*What is being asked:*
Some of the lines below need repeating. Reproduce exactly those between the lines holding "45.765128061), (-273.05, 41.275))" and "Line((-234.95, 92.075), (-234.95, 98.425))", inclusive.

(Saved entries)
========================================

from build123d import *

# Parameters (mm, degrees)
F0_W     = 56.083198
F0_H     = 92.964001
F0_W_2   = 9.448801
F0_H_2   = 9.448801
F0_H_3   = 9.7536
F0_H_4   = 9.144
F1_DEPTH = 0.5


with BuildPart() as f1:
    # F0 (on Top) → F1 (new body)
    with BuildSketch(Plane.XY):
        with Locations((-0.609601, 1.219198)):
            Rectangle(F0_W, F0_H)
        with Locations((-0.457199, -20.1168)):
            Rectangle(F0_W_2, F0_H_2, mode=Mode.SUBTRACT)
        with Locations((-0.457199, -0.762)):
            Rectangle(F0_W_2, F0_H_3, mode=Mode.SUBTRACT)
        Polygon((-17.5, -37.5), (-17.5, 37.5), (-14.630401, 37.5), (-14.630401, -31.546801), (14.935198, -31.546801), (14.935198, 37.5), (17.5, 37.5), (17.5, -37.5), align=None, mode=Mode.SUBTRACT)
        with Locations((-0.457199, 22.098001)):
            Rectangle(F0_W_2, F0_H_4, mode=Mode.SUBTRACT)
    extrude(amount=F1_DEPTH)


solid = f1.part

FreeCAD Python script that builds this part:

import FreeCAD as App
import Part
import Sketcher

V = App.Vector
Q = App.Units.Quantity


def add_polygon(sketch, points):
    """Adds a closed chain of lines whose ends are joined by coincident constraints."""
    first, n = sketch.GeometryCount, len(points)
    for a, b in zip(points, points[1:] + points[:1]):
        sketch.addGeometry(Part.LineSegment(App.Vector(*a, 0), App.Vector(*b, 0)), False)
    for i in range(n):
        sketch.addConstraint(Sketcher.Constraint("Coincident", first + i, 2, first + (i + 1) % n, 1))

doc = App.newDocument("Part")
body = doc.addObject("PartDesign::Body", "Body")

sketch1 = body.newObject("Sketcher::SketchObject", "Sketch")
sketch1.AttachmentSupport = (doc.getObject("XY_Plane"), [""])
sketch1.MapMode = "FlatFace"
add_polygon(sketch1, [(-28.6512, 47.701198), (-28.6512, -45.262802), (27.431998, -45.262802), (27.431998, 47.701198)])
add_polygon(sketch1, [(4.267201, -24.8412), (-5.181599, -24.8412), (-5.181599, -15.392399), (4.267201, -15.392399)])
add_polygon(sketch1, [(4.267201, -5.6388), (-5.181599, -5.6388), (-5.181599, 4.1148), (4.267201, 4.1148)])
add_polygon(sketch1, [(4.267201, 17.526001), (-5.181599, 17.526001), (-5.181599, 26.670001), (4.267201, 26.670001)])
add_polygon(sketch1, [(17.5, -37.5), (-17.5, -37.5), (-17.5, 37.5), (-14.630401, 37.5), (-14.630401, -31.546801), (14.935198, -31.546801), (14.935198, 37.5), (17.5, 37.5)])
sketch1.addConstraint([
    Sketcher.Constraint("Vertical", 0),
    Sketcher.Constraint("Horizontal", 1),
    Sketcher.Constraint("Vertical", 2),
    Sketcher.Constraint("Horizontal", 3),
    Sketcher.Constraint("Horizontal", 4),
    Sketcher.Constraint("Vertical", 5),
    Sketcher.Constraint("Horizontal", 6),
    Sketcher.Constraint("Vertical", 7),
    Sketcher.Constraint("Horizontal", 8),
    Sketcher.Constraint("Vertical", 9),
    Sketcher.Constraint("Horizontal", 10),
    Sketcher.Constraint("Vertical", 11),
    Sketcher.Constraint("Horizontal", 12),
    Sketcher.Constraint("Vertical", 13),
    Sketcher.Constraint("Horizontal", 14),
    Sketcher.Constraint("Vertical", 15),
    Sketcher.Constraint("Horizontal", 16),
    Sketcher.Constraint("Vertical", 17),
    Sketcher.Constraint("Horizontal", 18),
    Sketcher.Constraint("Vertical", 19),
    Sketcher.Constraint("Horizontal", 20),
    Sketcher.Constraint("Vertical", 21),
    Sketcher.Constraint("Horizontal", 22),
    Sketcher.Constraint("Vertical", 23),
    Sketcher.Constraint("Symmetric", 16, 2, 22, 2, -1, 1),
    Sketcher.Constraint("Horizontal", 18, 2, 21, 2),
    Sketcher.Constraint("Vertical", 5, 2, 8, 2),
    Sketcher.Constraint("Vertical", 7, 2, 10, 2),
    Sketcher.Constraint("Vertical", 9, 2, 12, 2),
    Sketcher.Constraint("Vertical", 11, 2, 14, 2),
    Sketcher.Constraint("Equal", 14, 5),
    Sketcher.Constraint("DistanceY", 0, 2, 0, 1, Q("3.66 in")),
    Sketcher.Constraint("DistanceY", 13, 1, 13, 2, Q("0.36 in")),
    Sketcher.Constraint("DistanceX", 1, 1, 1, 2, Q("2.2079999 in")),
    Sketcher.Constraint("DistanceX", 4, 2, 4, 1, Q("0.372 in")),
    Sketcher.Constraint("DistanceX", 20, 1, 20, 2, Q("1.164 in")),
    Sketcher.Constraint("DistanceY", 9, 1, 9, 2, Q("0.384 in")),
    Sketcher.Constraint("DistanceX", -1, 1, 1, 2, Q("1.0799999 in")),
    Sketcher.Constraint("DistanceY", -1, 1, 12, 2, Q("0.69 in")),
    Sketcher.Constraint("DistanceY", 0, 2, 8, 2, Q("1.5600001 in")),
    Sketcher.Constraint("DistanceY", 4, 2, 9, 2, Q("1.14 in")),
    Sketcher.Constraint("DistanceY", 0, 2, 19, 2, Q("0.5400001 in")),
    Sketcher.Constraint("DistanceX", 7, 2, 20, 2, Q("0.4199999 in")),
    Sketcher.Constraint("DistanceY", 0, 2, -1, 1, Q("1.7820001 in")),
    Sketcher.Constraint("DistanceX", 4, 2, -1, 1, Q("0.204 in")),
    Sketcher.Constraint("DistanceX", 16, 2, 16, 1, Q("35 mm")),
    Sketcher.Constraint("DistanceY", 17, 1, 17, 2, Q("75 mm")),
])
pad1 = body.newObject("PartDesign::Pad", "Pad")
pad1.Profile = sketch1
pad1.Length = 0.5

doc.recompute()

========================================

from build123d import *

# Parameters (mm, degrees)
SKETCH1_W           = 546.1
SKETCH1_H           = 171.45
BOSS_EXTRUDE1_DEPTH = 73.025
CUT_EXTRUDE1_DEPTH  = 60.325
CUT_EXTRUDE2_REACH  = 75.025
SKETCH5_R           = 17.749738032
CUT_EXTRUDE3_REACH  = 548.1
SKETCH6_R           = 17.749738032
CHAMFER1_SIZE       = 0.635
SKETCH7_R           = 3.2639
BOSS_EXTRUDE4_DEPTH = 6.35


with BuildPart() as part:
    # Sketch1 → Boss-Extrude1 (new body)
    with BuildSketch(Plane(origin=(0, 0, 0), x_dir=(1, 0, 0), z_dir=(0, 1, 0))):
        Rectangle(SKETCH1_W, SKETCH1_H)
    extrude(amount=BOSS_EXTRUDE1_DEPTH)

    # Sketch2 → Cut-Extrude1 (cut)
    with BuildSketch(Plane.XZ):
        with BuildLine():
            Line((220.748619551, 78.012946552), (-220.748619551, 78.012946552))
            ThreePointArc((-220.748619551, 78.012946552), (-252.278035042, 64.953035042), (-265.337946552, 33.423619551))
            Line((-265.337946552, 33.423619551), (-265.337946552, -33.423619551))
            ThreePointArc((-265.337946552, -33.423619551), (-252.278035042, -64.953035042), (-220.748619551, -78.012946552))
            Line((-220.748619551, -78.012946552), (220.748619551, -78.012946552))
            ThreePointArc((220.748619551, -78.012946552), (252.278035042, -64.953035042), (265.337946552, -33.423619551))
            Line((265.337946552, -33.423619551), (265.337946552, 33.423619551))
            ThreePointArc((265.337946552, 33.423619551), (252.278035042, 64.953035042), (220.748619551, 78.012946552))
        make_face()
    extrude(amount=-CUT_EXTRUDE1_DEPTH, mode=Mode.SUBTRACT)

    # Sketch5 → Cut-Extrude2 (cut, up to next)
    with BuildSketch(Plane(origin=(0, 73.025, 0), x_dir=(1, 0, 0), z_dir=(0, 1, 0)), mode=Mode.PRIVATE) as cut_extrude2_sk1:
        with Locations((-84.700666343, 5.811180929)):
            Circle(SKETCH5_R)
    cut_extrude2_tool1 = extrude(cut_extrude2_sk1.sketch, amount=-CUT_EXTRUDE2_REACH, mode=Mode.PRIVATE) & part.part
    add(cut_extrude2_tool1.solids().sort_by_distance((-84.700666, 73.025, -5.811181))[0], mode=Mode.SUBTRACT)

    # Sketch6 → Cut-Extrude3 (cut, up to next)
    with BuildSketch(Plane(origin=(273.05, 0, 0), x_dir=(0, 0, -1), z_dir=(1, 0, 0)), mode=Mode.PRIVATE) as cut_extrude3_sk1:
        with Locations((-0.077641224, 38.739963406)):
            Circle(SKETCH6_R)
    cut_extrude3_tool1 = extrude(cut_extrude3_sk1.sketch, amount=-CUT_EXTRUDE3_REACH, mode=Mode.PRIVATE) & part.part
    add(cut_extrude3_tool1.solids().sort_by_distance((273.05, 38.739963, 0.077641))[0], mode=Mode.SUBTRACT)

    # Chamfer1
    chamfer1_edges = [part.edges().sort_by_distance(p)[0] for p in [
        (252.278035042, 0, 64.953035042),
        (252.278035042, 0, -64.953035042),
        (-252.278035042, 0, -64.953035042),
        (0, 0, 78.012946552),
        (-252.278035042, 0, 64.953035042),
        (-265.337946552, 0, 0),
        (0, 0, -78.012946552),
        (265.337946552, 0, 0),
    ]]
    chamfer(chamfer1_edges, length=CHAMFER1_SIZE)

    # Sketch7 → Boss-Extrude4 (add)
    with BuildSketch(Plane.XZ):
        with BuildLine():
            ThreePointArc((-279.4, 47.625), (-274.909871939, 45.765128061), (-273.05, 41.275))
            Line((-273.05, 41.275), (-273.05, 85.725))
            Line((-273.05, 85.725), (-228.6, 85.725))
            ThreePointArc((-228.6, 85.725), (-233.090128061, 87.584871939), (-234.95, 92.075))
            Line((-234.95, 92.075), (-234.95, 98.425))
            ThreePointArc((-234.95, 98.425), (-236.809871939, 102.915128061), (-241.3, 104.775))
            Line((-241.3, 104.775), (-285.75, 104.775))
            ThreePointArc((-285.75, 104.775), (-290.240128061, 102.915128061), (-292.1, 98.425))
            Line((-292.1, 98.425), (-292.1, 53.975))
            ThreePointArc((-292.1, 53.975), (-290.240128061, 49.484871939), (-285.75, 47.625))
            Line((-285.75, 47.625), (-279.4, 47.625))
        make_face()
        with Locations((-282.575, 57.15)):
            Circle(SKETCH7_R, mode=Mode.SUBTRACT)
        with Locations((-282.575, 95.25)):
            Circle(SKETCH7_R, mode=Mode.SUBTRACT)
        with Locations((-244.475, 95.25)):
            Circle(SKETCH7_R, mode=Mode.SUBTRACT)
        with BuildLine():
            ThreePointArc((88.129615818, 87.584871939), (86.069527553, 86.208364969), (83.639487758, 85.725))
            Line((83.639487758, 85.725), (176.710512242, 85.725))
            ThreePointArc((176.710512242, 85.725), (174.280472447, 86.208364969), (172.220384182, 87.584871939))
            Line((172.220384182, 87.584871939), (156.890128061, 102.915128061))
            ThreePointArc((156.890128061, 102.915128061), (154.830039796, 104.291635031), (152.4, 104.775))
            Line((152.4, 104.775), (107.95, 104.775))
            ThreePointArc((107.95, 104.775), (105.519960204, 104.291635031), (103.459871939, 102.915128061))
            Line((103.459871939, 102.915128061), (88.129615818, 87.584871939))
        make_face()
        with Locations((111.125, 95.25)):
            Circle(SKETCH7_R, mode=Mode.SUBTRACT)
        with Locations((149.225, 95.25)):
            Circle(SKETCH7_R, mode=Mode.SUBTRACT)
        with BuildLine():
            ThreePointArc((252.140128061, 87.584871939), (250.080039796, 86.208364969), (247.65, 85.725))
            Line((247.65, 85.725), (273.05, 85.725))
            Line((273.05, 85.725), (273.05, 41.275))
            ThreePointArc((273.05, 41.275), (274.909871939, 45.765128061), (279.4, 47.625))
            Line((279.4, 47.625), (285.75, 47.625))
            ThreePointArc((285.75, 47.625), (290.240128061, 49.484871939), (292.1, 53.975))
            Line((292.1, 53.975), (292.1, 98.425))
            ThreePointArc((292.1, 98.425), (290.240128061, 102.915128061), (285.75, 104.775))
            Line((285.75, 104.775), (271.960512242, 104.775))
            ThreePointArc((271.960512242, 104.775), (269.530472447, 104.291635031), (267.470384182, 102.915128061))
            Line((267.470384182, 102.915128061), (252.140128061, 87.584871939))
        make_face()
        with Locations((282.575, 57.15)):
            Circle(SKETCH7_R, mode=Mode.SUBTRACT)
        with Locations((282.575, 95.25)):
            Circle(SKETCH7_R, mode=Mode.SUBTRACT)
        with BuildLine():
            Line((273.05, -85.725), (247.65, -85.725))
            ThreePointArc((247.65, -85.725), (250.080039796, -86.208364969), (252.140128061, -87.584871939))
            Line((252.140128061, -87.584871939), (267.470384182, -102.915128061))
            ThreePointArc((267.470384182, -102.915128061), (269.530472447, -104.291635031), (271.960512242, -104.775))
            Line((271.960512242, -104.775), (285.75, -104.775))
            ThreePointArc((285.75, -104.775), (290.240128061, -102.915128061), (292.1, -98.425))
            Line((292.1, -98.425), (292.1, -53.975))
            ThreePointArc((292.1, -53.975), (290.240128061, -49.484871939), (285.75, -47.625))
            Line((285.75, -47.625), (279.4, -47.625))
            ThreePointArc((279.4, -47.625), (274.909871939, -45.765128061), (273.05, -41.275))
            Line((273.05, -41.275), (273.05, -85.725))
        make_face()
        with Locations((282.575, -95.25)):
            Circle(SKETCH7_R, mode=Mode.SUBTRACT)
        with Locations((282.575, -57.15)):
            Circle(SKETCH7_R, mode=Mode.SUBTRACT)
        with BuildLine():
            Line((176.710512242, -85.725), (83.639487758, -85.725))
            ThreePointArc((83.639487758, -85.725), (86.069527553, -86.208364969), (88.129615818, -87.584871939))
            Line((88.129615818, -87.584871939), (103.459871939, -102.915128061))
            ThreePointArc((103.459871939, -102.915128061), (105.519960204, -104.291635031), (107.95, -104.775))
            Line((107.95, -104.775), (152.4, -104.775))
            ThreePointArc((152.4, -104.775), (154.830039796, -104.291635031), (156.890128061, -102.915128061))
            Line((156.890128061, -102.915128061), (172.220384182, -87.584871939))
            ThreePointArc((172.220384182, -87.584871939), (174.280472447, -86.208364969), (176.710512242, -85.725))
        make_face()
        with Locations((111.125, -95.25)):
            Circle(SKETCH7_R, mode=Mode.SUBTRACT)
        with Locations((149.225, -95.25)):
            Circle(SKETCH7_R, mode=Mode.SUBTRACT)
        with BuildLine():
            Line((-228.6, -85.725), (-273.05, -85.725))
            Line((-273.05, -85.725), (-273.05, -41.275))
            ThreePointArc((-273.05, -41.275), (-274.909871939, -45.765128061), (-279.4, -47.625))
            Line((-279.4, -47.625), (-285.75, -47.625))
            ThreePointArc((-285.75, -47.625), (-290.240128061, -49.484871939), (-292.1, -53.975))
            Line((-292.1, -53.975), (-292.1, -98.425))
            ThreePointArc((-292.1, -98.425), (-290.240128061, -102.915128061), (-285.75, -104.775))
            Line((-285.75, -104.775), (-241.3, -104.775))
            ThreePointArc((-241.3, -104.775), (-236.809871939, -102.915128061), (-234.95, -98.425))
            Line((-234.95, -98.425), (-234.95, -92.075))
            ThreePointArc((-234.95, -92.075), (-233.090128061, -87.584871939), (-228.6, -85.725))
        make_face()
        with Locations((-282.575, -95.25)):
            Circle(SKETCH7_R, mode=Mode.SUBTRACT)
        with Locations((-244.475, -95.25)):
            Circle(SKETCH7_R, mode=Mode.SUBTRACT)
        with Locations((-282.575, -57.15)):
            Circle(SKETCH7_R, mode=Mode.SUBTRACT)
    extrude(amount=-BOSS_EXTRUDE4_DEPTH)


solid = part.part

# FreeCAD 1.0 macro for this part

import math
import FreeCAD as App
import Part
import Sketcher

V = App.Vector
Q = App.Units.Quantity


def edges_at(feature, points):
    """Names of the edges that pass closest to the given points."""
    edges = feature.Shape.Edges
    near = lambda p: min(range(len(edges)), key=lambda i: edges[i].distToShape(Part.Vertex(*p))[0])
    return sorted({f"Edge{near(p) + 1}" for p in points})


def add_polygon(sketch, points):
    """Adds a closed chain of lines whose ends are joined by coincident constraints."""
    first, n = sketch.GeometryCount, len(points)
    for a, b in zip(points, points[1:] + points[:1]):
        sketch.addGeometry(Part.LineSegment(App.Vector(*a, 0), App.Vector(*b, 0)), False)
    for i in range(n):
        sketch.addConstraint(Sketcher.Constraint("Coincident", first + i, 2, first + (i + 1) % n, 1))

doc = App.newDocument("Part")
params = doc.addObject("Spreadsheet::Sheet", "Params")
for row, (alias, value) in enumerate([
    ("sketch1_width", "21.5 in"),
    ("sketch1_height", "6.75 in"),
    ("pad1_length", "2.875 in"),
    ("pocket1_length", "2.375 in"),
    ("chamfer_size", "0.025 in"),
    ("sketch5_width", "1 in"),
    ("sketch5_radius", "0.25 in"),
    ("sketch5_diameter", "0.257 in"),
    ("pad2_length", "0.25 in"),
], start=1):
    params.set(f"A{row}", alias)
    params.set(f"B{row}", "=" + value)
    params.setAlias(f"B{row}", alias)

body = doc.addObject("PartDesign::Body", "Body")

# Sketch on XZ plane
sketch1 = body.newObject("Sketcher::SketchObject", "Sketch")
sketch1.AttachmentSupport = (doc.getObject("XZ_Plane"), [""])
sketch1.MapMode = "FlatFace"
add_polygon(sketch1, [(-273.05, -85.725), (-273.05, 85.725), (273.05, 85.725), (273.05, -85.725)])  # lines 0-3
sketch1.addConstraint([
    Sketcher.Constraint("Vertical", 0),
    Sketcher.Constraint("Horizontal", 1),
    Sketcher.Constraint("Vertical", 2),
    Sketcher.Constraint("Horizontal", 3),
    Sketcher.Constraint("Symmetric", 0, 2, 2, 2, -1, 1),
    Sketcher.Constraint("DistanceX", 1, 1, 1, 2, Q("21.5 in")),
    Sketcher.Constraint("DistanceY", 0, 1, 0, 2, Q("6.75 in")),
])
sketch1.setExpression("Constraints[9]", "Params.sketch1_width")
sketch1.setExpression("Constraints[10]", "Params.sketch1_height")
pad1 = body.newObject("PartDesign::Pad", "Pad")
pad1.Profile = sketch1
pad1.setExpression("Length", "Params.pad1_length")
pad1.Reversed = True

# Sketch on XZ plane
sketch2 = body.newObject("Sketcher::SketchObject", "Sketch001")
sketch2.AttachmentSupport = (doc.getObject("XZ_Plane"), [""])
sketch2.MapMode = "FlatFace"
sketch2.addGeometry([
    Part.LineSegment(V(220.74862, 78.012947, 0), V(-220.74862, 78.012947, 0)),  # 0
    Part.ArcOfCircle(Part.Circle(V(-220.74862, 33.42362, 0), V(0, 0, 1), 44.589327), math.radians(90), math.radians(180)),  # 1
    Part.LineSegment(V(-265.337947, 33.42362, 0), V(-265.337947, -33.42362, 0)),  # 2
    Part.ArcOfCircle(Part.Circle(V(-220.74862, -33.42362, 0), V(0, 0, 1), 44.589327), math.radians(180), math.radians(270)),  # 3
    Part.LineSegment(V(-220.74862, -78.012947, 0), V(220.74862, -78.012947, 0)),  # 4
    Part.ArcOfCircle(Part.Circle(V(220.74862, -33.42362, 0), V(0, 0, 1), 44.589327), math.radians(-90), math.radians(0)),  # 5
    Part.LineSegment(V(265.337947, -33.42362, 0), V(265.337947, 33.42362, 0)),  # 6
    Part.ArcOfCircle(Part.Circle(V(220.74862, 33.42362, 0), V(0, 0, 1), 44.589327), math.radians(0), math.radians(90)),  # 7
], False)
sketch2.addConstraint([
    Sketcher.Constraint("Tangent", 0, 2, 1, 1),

========================================

*Answer:*
            ThreePointArc((-279.4, 47.625), (-274.909871939, 45.765128061), (-273.05, 41.275))
            Line((-273.05, 41.275), (-273.05, 85.725))
            Line((-273.05, 85.725), (-228.6, 85.725))
            ThreePointArc((-228.6, 85.725), (-233.090128061, 87.584871939), (-234.95, 92.075))
            Line((-234.95, 92.075), (-234.95, 98.425))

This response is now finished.